OJK catat penghimpunan dana pasar modal capai Rp59,35 triliun hingga 5 Mei 2026
Kekuatan partisipasi investor domestik masih menopang pasar modal Indonesia di tengah tekanan pergerakan indeks saham sepanjang awal 2026. Hingga 5 Mei 2026, penghimpunan dana di pasar modal mencapai Rp59,35 triliun, dengan porsi terbesar berasal dari penerbitan efek bersifat utang dan/atau sukuk.
Sorotan
- OJK mencatat penghimpunan dana pasar modal mencapai Rp59,35 triliun hingga 5 Mei 2026, didominasi penerbitan efek utang dan/atau sukuk Rp58,9 triliun.
- Jumlah investor pasar modal meningkat menjadi lebih dari 26 juta single investor identification pada Kuartal I-2026, menunjukkan kepercayaan investor ritel domestik.

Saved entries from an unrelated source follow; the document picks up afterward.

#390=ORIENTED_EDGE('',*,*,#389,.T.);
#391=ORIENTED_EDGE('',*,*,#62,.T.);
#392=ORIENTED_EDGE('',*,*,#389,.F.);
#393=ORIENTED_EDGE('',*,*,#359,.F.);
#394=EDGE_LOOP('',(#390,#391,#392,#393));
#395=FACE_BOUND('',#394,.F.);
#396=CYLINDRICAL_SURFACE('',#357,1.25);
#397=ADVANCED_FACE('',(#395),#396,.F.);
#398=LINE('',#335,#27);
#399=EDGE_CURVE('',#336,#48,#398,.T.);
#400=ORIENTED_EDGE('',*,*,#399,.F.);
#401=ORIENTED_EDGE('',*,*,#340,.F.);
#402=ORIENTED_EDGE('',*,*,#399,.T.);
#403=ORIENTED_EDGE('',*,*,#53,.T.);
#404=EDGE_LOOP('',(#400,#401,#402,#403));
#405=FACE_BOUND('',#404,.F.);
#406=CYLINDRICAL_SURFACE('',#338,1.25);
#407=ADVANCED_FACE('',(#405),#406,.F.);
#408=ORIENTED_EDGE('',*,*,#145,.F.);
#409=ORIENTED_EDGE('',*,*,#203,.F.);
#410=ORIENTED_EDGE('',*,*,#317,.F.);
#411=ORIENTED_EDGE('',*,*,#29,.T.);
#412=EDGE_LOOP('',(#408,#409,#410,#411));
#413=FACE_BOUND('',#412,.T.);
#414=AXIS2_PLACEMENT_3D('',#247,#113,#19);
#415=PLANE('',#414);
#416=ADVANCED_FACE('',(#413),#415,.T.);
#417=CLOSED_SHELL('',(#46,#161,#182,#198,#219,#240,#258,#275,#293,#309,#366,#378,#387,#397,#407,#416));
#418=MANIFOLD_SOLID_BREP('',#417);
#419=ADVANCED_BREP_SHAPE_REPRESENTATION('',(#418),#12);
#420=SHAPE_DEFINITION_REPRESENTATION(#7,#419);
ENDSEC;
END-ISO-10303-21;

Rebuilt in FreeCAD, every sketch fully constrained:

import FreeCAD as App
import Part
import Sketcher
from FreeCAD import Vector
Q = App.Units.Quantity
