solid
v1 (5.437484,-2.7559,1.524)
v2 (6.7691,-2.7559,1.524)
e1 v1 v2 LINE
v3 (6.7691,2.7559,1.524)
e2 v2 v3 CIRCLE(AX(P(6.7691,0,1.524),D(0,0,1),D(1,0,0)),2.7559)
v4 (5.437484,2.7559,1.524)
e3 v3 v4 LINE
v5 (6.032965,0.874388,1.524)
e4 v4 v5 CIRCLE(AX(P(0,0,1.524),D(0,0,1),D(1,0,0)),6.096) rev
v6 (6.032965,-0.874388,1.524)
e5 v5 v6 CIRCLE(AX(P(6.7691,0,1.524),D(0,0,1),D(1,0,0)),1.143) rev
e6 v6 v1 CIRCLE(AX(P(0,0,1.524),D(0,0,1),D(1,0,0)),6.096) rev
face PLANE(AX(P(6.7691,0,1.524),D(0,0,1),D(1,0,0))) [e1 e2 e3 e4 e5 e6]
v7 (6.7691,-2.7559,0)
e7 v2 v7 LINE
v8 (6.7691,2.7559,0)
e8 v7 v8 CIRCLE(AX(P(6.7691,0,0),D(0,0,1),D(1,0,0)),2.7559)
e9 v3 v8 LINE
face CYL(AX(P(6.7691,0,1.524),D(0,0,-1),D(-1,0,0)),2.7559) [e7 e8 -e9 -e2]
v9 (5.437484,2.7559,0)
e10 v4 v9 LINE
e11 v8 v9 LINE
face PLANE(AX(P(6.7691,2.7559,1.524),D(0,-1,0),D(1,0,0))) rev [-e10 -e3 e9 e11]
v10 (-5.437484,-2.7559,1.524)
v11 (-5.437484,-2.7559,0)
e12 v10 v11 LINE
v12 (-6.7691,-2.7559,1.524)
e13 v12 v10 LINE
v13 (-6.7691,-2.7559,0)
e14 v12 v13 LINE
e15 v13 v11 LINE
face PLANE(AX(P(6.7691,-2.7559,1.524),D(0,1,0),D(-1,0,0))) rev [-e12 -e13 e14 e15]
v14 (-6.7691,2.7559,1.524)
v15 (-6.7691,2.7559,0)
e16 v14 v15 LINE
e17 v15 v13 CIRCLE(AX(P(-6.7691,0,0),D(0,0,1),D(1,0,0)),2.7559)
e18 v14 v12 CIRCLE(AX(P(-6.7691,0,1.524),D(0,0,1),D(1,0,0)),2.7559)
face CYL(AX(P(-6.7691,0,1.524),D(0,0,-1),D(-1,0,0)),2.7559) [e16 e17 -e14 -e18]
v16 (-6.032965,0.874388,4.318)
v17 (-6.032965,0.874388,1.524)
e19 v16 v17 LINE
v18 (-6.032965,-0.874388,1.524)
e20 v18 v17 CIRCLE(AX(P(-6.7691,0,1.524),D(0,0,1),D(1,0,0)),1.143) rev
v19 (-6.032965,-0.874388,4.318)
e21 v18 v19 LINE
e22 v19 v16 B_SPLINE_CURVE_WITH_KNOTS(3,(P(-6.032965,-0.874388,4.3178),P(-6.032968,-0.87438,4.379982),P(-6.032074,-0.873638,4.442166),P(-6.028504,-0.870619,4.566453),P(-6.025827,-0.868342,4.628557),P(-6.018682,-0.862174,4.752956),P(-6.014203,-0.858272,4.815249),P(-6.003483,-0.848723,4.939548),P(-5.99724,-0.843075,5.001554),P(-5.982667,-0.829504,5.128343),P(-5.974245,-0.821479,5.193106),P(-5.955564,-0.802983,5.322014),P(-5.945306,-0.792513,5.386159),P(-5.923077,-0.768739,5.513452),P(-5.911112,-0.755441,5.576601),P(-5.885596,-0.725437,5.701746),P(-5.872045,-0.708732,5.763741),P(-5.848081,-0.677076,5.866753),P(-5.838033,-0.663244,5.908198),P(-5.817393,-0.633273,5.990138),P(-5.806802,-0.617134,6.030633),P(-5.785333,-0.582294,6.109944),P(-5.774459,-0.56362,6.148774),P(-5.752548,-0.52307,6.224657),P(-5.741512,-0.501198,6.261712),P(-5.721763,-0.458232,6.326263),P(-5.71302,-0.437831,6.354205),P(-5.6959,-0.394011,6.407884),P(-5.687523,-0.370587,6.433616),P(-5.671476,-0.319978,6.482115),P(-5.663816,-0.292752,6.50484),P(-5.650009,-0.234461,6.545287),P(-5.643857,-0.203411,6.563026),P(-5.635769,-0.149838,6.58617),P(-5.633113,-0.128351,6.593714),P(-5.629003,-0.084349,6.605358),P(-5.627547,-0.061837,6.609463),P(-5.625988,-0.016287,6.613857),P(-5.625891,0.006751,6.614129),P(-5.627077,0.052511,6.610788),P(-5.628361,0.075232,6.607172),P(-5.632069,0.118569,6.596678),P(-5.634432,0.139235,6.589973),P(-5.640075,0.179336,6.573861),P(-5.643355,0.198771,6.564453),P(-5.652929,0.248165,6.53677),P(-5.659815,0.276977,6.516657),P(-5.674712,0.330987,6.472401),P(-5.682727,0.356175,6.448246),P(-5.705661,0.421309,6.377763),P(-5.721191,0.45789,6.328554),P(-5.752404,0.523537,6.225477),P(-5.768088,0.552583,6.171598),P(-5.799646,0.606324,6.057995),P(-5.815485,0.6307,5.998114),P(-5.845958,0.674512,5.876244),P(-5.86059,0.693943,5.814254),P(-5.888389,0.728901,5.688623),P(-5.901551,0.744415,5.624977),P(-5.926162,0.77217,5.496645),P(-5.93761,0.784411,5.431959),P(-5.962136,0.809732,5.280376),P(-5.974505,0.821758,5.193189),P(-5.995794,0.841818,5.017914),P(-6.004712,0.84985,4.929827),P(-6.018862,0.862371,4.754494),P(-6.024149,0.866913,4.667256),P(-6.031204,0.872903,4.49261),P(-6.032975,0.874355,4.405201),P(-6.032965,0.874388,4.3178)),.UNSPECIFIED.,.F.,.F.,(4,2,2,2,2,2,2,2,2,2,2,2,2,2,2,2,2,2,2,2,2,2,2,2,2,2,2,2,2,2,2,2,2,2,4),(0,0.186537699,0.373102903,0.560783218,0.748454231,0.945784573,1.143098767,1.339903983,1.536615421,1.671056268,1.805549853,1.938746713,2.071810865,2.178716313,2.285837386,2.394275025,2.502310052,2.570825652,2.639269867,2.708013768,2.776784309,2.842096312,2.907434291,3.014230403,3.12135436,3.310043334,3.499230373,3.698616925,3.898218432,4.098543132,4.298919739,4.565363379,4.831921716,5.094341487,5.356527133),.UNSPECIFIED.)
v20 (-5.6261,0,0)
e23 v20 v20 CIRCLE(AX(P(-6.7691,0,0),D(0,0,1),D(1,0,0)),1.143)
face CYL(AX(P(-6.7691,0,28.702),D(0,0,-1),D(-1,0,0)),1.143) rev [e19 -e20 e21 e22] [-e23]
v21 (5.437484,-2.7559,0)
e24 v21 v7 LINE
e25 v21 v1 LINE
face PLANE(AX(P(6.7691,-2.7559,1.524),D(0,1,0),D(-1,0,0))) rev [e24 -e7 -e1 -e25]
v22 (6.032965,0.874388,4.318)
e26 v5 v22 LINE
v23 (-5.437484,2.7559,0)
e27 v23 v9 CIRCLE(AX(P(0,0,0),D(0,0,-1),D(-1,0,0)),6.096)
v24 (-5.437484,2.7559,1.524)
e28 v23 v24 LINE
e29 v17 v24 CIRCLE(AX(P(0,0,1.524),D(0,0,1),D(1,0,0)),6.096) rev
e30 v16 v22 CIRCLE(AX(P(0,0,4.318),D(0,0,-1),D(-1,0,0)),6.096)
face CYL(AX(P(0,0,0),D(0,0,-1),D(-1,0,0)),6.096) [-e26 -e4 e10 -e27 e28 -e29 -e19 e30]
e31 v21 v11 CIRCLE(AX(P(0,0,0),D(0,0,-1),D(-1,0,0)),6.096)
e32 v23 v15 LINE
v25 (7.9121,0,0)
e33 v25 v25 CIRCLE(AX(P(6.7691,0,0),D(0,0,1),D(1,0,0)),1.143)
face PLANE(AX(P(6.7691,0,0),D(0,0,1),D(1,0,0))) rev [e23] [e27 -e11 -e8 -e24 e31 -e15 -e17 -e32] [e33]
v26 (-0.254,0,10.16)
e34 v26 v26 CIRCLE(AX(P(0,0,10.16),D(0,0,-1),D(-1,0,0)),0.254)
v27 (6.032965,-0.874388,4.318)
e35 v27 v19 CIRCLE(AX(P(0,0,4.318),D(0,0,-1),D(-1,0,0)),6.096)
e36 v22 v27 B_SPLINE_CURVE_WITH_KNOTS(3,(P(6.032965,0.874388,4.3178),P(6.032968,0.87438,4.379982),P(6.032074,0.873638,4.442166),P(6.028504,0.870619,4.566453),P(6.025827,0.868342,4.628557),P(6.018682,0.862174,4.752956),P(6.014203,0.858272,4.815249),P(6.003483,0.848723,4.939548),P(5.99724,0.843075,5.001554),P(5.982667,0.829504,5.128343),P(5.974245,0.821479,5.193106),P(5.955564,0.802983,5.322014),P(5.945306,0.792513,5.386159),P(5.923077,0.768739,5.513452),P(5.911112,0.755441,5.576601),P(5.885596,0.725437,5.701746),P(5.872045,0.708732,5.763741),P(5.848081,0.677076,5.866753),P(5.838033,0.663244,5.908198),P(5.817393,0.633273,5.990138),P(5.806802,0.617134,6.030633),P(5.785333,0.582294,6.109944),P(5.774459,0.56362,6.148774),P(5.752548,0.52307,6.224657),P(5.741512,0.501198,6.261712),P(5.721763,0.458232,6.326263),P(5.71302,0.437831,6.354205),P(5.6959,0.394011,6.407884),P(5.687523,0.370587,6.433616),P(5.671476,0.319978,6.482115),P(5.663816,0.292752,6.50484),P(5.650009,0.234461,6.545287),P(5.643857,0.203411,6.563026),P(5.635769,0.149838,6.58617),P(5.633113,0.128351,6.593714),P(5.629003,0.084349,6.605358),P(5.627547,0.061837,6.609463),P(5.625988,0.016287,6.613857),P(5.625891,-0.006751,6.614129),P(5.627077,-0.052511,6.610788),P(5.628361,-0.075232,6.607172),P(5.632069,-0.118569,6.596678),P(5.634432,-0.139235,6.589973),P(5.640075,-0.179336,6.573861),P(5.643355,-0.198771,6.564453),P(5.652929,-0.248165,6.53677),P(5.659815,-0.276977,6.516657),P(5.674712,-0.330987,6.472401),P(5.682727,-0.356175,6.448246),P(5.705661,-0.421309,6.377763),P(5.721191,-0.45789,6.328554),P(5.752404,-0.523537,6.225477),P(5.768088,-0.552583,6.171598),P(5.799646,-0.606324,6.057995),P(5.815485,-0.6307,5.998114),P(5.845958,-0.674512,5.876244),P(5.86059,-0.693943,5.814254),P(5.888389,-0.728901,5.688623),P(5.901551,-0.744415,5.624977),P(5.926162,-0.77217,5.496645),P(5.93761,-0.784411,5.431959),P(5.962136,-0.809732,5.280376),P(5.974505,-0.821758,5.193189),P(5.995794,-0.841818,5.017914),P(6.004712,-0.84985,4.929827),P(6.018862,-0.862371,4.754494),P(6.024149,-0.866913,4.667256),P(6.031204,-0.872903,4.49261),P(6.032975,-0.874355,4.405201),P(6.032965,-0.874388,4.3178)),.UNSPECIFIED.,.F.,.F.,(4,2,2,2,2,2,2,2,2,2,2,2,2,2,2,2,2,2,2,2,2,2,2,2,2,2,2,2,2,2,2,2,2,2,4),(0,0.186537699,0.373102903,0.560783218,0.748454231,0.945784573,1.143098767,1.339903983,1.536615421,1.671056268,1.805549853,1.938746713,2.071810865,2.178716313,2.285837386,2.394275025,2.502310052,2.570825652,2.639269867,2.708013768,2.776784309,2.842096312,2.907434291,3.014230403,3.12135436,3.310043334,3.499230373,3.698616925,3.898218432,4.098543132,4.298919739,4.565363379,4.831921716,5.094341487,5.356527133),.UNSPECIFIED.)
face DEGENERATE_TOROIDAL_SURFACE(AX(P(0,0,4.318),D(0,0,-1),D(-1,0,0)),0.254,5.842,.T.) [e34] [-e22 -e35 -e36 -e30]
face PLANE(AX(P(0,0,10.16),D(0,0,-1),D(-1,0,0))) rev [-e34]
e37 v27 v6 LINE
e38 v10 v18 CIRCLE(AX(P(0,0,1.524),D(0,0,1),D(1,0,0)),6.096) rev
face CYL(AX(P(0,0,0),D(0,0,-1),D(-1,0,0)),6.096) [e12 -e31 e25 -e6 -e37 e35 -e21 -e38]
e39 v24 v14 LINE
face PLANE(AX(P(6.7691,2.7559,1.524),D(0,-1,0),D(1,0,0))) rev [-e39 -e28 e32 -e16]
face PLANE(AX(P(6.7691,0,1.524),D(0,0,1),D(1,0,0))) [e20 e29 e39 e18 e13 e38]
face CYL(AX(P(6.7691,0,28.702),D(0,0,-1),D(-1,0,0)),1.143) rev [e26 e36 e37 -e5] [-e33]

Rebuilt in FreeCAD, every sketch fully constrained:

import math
import FreeCAD as App
import Part
import Sketcher
Q = App.Units.Quantity

doc = App.newDocument("Part")
body = doc.addObject("PartDesign::Body", "Body")

# Sketch on XY plane
sketch1 = body.newObject("Sketcher::SketchObject", "Sketch")
sketch1.AttachmentSupport = (doc.getObject("XY_Plane"), [""])
sketch1.MapMode = "FlatFace"
sketch1.addGeometry(Part.LineSegment(App.Vector(-6.8, -2.8, 0), App.Vector(6.8, -2.8, 0)), False)
sketch1.addGeometry(Part.ArcOfCircle(Part.Circle(App.Vector(6.8, 0, 0), App.Vector(0, 0, 1), 2.8), math.radians(-90), math.radians(90)), False)
sketch1.addGeometry(Part.LineSegment(App.Vector(6.8, 2.8, 0), App.Vector(-6.8, 2.8, 0)), False)
sketch1.addGeometry(Part.ArcOfCircle(Part.Circle(App.Vector(-6.8, 0, 0), App.Vector(0, 0, 1), 2.8), math.radians(90), math.radians(270)), False)
sketch1.addConstraint(Sketcher.Constraint("Tangent", 0, 2, 1, 1))
sketch1.addConstraint(Sketcher.Constraint("Tangent", 1, 2, 2, 1))
sketch1.addConstraint(Sketcher.Constraint("Tangent", 2, 2, 3, 1))
sketch1.addConstraint(Sketcher.Constraint("Tangent", 3, 2, 0, 1))
sketch1.addConstraint(Sketcher.Constraint("Horizontal", 0))
sketch1.addConstraint(Sketcher.Constraint("Horizontal", 2))
sketch1.addConstraint(Sketcher.Constraint("Symmetric", 1, 3, 3, 3, -1, 1))
sketch1.addConstraint(Sketcher.Constraint("Radius", 1, Q("0.1085 in")))
sketch1.addConstraint(Sketcher.Constraint("DistanceX", 0, 1, 0, 2, Q("0.533 in")))
pad1 = body.newObject("PartDesign::Pad", "Pad")
pad1.Profile = sketch1
pad1.Length = Q("0.06 in")

# Sketch on XZ plane
sketch2 = body.newObject("Sketcher::SketchObject", "Sketch001")
sketch2.AttachmentSupport = (doc.getObject("XZ_Plane"), [""])
sketch2.MapMode = "FlatFace"
sketch2.addGeometry(Part.LineSegment(App.Vector(6.1, 0, 0), App.Vector(0, 0, 0)), False)
sketch2.addGeometry(Part.LineSegment(App.Vector(0, 0, 0), App.Vector(0, 10.16, 0)), False)
sketch2.addGeometry(Part.LineSegment(App.Vector(0, 10.16, 0), App.Vector(0.25, 10.16, 0)), False)
sketch2.addGeometry(Part.ArcOfCircle(Part.Circle(App.Vector(0.25, 4.32, 0), App.Vector(0, 0, 1), 5.84), math.radians(0), math.radians(90)), False)
sketch2.addGeometry(Part.LineSegment(App.Vector(6.1, 4.32, 0), App.Vector(6.1, 0, 0)), False)
sketch2.addConstraint(Sketcher.Constraint("Coincident", 0, 2, 1, 1))
sketch2.addConstraint(Sketcher.Constraint("Coincident", 1, 2, 2, 1))
sketch2.addConstraint(Sketcher.Constraint("Tangent", 2, 2, 3, 2))
sketch2.addConstraint(Sketcher.Constraint("Tangent", 3, 1, 4, 1))
sketch2.addConstraint(Sketcher.Constraint("Coincident", 4, 2, 0, 1))
sketch2.addConstraint(Sketcher.Constraint("Horizontal", 0))
sketch2.addConstraint(Sketcher.Constraint("Vertical", 1))
sketch2.addConstraint(Sketcher.Constraint("Horizontal", 2))
sketch2.addConstraint(Sketcher.Constraint("Vertical", 4))
sketch2.addConstraint(Sketcher.Constraint("Coincident", 0, 2, -1, 1))
sketch2.addConstraint(Sketcher.Constraint("Radius", 3, Q("0.23 in")))
sketch2.addConstraint(Sketcher.Constraint("DistanceY", 1, 1, 1, 2, Q("0.4 in")))
sketch2.addConstraint(Sketcher.Constraint("DistanceX", 0, 2, 0, 1, Q("0.24 in")))
revolution = body.newObject("PartDesign::Revolution", "Revolution")
revolution.Profile = sketch2
revolution.ReferenceAxis = (sketch2, ["V_Axis"])
revolution.Angle = 360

- IHSG terkoreksi 18,49 persen pada akhir Maret 2026 dan secara total melemah 19,55 persen sejak Januari-April 2026 akibat tekanan global.
Penghimpunan dana dan pertumbuhan investor
Seperti disampaikan Otoritas Jasa Keuangan dalam konferensi pers Komite Stabilitas Sistem Keuangan di Jakarta, capaian tersebut, menurut Okezone, menunjukkan minat fundraising di pasar modal Indonesia tetap terjaga. Ketua Dewan Komisioner OJK Friderica Widyasari Dewi mengatakan penerbitan efek bersifat utang dan/atau sukuk mendominasi penghimpunan dana dengan nilai Rp58,9 triliun.Friderica juga mengungkapkan jumlah investor pasar modal pada Kuartal I-2026 bertambah menjadi 24,7 juta single investor identification. Menurut dia, berdasarkan data terbaru jumlah itu bahkan sudah menembus 26 juta, yang dinilai mencerminkan kepercayaan investor ritel domestik terhadap pasar modal Indonesia.
Tekanan indeks dan risiko global
Di sisi lain, OJK tetap mencermati pelemahan Indeks Harga Saham Gabungan dalam beberapa waktu terakhir. Friderica menyebut IHSG sempat mengalami koreksi mendalam pada akhir Maret 2026 sebesar 18,49 persen sebelum kembali bergerak fluktuatif pada hari-hari berikutnya.Otoritas juga mewaspadai tren global yang telah berdampak pada pasar domestik. Sepanjang periode Januari hingga April 2026, tekanan eksternal turut mendorong pelemahan IHSG sebesar 19,55 persen, meski arus investor ritel dan aktivitas penghimpunan dana masih menunjukkan daya tahan pasar dalam negeri.
Dalam artikel kami sebelumnya tentang stabilitas sistem keuangan Indonesia pada Kuartal I-2026, kami menyoroti bahwa otoritas menilai kondisi domestik tetap terjaga meski volatilitas global dan ketegangan geopolitik meningkat. Kami juga membahas penguatan koordinasi KSSK serta penilaian berorientasi ke depan untuk mengantisipasi rambatan konflik Timur Tengah terhadap pasar modal dan risiko lonjakan harga energi.